God’s work can appear in the midst of our sunshine or hail, pain or healing.
So often in my life, I’ve found that I tend to believe God is only present and active on the other side where the grass is greener and I neglect to see that God is currently at work in our own fields. God’s work can appear in the midst of our sunshine or hail, pain or healing. He may be
- Close with you (Psalm 34:18);
- Weeping with you (John 11:35);
- Concerned for you (Exodus 2:25);
- Strengthening you (James 1:2-4);
- Growing your Christ-like resilience and faith (Romans 5:3-4);
- Allowing you to show Jesus to others (2 Corinthians 4:10).
Fear drives us to close our eyes. Faith leads us to ask, ‘God give me eyes opened to see what you are doing in my life’ so that we may begin to see that he ‘is the one who works in [us] both in resolve and in action’ (Philippians 2:12, author’s translation).
Open Hands
When we see and notice God’s work, we begin to have an open-handedness – receiving the tears and the laughter, the wildernesses and the oases, because all of these things are given by God. The poet Mary Oliver wrote,
'I look; morning to night I am never done with looking.
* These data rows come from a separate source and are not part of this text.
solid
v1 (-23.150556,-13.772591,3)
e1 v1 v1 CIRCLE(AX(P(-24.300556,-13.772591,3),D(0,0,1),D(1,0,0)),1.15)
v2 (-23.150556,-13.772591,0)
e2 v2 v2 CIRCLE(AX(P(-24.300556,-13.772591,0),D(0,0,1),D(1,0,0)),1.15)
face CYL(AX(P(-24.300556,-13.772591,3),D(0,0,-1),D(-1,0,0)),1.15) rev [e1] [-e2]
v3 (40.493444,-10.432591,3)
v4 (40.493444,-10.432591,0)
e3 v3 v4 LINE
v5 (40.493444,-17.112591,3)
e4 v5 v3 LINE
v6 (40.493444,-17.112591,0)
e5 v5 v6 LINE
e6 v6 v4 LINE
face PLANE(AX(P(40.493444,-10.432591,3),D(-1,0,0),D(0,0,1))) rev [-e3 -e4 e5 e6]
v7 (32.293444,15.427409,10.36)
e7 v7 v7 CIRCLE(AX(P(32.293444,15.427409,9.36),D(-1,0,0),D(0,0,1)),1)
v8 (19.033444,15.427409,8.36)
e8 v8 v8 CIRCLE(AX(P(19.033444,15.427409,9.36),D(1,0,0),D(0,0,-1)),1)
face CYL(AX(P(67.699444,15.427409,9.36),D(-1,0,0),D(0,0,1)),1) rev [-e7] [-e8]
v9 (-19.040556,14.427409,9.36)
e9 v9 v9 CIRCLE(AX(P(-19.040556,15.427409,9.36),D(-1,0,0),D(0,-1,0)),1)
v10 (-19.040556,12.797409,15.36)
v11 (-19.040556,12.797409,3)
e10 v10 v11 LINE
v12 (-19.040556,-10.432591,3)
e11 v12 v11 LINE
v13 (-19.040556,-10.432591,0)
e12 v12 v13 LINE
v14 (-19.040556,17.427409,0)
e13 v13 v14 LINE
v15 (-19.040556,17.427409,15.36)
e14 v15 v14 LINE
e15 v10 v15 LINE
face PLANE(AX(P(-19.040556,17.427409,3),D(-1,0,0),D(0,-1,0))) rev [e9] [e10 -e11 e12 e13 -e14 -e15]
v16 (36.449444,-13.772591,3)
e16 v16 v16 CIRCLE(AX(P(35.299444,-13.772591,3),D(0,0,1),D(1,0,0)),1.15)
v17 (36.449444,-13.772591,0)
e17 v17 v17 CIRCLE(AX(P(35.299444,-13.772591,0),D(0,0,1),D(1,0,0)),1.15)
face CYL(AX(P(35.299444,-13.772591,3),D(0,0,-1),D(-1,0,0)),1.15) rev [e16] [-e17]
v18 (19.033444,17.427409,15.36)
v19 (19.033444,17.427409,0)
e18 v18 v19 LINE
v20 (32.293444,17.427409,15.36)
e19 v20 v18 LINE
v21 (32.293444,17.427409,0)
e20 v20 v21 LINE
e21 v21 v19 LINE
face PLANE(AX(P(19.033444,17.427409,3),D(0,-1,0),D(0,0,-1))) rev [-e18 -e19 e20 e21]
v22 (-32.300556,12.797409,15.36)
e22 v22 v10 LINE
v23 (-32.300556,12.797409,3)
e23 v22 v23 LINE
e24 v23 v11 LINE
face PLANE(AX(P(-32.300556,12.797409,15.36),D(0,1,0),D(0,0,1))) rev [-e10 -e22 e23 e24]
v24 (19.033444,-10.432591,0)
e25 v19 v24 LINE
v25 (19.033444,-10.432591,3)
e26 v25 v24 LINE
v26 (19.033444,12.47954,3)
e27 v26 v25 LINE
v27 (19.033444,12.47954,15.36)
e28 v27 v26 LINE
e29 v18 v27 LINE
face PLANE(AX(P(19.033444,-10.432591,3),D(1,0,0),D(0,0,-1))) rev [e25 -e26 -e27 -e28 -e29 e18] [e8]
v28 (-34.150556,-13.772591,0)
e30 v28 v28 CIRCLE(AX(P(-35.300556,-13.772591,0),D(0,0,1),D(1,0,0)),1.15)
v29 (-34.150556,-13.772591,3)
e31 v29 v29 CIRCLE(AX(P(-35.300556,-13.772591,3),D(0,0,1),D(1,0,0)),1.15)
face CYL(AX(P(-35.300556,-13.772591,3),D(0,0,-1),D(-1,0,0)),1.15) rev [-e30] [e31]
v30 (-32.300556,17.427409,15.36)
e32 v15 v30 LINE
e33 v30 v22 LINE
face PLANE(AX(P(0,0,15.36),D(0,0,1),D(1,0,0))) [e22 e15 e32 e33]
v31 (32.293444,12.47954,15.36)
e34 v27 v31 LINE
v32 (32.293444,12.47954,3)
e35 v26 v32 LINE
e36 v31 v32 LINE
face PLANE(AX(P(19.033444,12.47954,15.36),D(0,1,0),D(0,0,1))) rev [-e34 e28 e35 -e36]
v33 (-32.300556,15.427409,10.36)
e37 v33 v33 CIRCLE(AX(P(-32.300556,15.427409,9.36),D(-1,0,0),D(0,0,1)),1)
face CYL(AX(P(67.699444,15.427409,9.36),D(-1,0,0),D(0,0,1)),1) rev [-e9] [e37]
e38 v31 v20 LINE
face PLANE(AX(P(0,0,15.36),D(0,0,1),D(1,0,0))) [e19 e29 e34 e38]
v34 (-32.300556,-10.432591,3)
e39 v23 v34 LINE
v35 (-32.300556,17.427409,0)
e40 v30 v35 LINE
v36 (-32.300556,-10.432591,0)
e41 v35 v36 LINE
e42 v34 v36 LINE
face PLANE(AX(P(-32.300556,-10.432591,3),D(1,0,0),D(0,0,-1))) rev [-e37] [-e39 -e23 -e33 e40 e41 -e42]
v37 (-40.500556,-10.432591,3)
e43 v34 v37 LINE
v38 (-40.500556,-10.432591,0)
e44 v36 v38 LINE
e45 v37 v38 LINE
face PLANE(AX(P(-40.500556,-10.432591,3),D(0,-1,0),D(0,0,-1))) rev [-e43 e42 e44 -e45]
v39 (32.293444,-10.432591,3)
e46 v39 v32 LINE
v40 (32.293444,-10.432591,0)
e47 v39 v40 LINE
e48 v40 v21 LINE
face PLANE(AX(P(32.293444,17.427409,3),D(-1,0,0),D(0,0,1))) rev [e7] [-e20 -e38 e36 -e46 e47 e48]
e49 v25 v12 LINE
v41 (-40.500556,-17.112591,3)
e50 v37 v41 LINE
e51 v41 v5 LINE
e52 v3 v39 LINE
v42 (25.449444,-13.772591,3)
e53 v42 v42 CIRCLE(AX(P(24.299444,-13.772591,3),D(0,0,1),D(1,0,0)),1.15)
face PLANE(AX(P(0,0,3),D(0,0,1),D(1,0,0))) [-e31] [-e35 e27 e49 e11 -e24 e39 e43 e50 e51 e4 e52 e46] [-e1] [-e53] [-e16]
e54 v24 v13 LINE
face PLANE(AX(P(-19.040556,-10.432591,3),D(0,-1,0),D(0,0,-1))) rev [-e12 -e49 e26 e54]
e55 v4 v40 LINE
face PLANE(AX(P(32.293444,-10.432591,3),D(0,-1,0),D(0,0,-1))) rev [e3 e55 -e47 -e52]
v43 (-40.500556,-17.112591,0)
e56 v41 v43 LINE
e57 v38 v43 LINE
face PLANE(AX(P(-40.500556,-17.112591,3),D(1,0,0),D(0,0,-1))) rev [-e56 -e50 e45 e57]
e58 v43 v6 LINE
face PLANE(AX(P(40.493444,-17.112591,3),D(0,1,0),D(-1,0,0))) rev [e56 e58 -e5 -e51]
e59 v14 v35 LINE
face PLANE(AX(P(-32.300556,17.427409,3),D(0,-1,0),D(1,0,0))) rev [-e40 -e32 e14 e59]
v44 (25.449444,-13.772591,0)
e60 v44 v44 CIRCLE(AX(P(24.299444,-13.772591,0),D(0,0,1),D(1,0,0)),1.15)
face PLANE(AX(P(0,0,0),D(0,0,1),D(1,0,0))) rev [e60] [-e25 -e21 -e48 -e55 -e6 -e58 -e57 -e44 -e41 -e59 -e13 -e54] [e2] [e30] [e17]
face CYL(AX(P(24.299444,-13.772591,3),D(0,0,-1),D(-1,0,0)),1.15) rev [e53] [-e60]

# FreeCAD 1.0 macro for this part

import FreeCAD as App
import Part
import Sketcher

V = App.Vector
Q = App.Units.Quantity

doc = App.newDocument("Part")
params = doc.addObject("Spreadsheet::Sheet", "Params")
for row, (alias, value) in enumerate([
    ("sketch1_diameter", "2.3 mm"),
    ("sketch1_width", "8.2 mm"),
    ("sketch1_width2", "13.26 mm"),
    ("sketch1_height", "27.86 mm"),
    ("sketch1_height2", "6.68 mm"),
    ("pad1_length", "3 mm"),
    ("sketch2_width", "13.26 mm"),
    ("sketch2_height", "4.63 mm"),
    ("pad2_length", "12.36 mm"),
    ("sketch3_diameter", "2 mm"),
    ("pocket1_length", "100 mm"),
], start=1):
    params.set(f"A{row}", alias)
    params.set(f"B{row}", "=" + value)
    params.setAlias(f"B{row}", alias)

body = doc.addObject("PartDesign::Body", "Body")

sketch1 = body.newObject("Sketcher::SketchObject", "Sketch")
sketch1.AttachmentSupport = (doc.getObject("XY_Plane"), [""])
sketch1.MapMode = "FlatFace"
sketch1.addGeometry([
    Part.LineSegment(V(-32.3, 17.4, 0), V(-32.3, -10.4, 0)),
    Part.LineSegment(V(-32.3, -10.4, 0), V(-40.5, -10.4, 0)),
    Part.LineSegment(V(-40.5, -10.4, 0), V(-40.5, -17.1, 0)),
    Part.LineSegment(V(-40.5, -17.1, 0), V(40.5, -17.1, 0)),
    Part.LineSegment(V(40.5, -17.1, 0), V(40.5, -10.4, 0)),
    Part.LineSegment(V(40.5, -10.4, 0), V(32.3, -10.4, 0)),
    Part.LineSegment(V(32.3, -10.4, 0), V(32.3, 17.4, 0)),
    Part.LineSegment(V(32.3, 17.4, 0), V(19, 17.4, 0)),
    Part.LineSegment(V(19, 17.4, 0), V(19, -10.4, 0)),
    Part.LineSegment(V(19, -10.4, 0), V(-19, -10.4, 0)),
    Part.LineSegment(V(-19, -10.4, 0), V(-19, 17.4, 0)),
    Part.LineSegment(V(-19, 17.4, 0), V(-32.3, 17.4, 0)),
    Part.Circle(V(35.3, -13.8, 0), V(0, 0, 1), 1.1),
    Part.Circle(V(24.3, -13.8, 0), V(0, 0, 1), 1.1),
    Part.Circle(V(-24.3, -13.8, 0), V(0, 0, 1), 1.1),
    Part.Circle(V(-35.3, -13.8, 0), V(0, 0, 1), 1.1),
], False)
sketch1.addConstraint([
    Sketcher.Constraint("Coincident", 0, 2, 1, 1),
    Sketcher.Constraint("Coincident", 1, 2, 2, 1),
    Sketcher.Constraint("Coincident", 2, 2, 3, 1),
    Sketcher.Constraint("Coincident", 3, 2, 4, 1),
    Sketcher.Constraint("Coincident", 4, 2, 5, 1),
    Sketcher.Constraint("Coincident", 5, 2, 6, 1),
    Sketcher.Constraint("Coincident", 6, 2, 7, 1),
    Sketcher.Constraint("Coincident", 7, 2, 8, 1),
    Sketcher.Constraint("Coincident", 8, 2, 9, 1),
    Sketcher.Constraint("Coincident", 9, 2, 10, 1),
    Sketcher.Constraint("Coincident", 10, 2, 11, 1),
    Sketcher.Constraint("Coincident", 11, 2, 0, 1),
    Sketcher.Constraint("Vertical", 0),
    Sketcher.Constraint("Horizontal", 1),
    Sketcher.Constraint("Vertical", 2),
    Sketcher.Constraint("Horizontal", 3),
    Sketcher.Constraint("Vertical", 4),
    Sketcher.Constraint("Horizontal", 5),
    Sketcher.Constraint("Vertical", 6),
    Sketcher.Constraint("Horizontal", 7),
    Sketcher.Constraint("Vertical", 8),
    Sketcher.Constraint("Horizontal", 9),
    Sketcher.Constraint("Vertical", 10),
    Sketcher.Constraint("Horizontal", 11),
    Sketcher.Constraint("Equal", 12, 13),
    Sketcher.Constraint("Equal", 13, 14),
    Sketcher.Constraint("Equal", 14, 15),
    Sketcher.Constraint("Horizontal", 12, 3, 13, 3),
    Sketcher.Constraint("Horizontal", 13, 3, 14, 3),
    Sketcher.Constraint("Horizontal", 14, 3, 15, 3),
    Sketcher.Constraint("Horizontal", 1, 2, 4, 2),
    Sketcher.Constraint("Horizontal", 5, 2, 8, 2),
    Sketcher.Constraint("Horizontal", 7, 2, 10, 2),
    Sketcher.Constraint("Equal", 1, 5),
    Sketcher.Constraint("Equal", 7, 11),
    Sketcher.Constraint("Diameter", 12, Q("2.3 mm")),
    Sketcher.Constraint("DistanceX", 1, 2, 1, 1, Q("8.2 mm")),
    Sketcher.Constraint("DistanceX", 13, 3, 12, 3, Q("11 mm")),
    Sketcher.Constraint("DistanceX", 15, 3, 14, 3, Q("11 mm")),
    Sketcher.Constraint("DistanceX", 15, 3, 0, 2, Q("3 mm")),
    Sketcher.Constraint("DistanceX", 7, 2, 7, 1, Q("13.26 mm")),
    Sketcher.Constraint("DistanceY", 0, 2, 0, 1, Q("27.86 mm")),
    Sketcher.Constraint("DistanceY", 2, 2, 2, 1, Q("6.68 mm")),
    Sketcher.Constraint("DistanceX", 14, 3, 13, 3, Q("48.6 mm")),
    Sketcher.Constraint("DistanceY", 12, 3, 6, 2, Q("31.2 mm")),
    Sketcher.Constraint("DistanceX", 3, 1, 3, 2, Q("80.994 mm")),
    Sketcher.Constraint("DistanceY", 12, 3, -1, 1, Q("13.772591 mm")),
    Sketcher.Constraint("DistanceX", -1, 1, 12, 3, Q("35.299444 mm")),
])
sketch1.setExpression("Constraints[35]", "Params.sketch1_diameter")
sketch1.setExpression("Constraints[36]", "Params.sketch1_width")
sketch1.setExpression("Constraints[40]", "Params.sketch1_width2")
sketch1.setExpression("Constraints[41]", "Params.sketch1_height")
sketch1.setExpression("Constraints[42]", "Params.sketch1_height2")
pad1 = body.newObject("PartDesign::Pad", "Pad")
pad1.Profile = sketch1
pad1.setExpression("Length", "Params.pad1_length")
Looking I mean not just standing around, but standing around
as though with your arms open.'3
When we trust God’s promise that he is working in our lives and open our hands to receive what he’s doing, we can live in
- the grief of the loss of biological family and the joy of the gain of spiritual family;
- the yearning for intimacy and the comfort of intimacy with God;
- the dissatisfaction in our lives and the sufficiency of God’s past, present and future grace;
- the struggle with temptation and the beauty of forgiveness.
We can begin to push against faith-killing fear by stepping out in Spirit-filled faith. A Spirit-filled faith means having Spirit-led eyes, hands, and hearts to experience God in the middle of the wilderness that it may also be for us a sanctuary.
Open Hearts
Embracing this tension, we can acknowledge with open-heartedness that ‘in all things God works for the good of those who love him’ (Romans 8:28). Open-heartedness means having a deep, safe, genuine dialogue with God and others in the mess.
This is the same faith and hope that guided our spiritual ancestors as they waded into the messiness of life outside the garden – from Adam to Abraham, Rahab to Esther, Mary’s cousin Elizabeth to the Apostle Paul, Luther to Hudson Taylor. On the precipice of the unknown, without knowing whether or not it was going to be a beautiful day, they held by faith the promises of God and endured in faith in the midst of a fallen world. So with these witnesses gazing at us, cheering us on, the preacher of the book of Hebrews exhorts:
'Let us run with perseverance the race marked out for us, fixing our eyes on Jesus, the pioneer and perfecter of faith. For the joy set before him he endured the cross, scorning its shame, and sat down at the right hand of the throne of God' (Hebrews 12:1-2).
Following in Jesus’ footsteps, may we do the same.
- Michael Rosen & Helen Oxenbury, We're Going on a Bear Hunt (Walker Books, 2016), p.1.
- I explored some of these themes in my previous post, 'Should We Find Complete Satisfaction Now or Just Keep Calm and Plod Along?'.
- Mary Oliver, Why I Wake Early: New Poems (Beacon Press, 2005), p.8.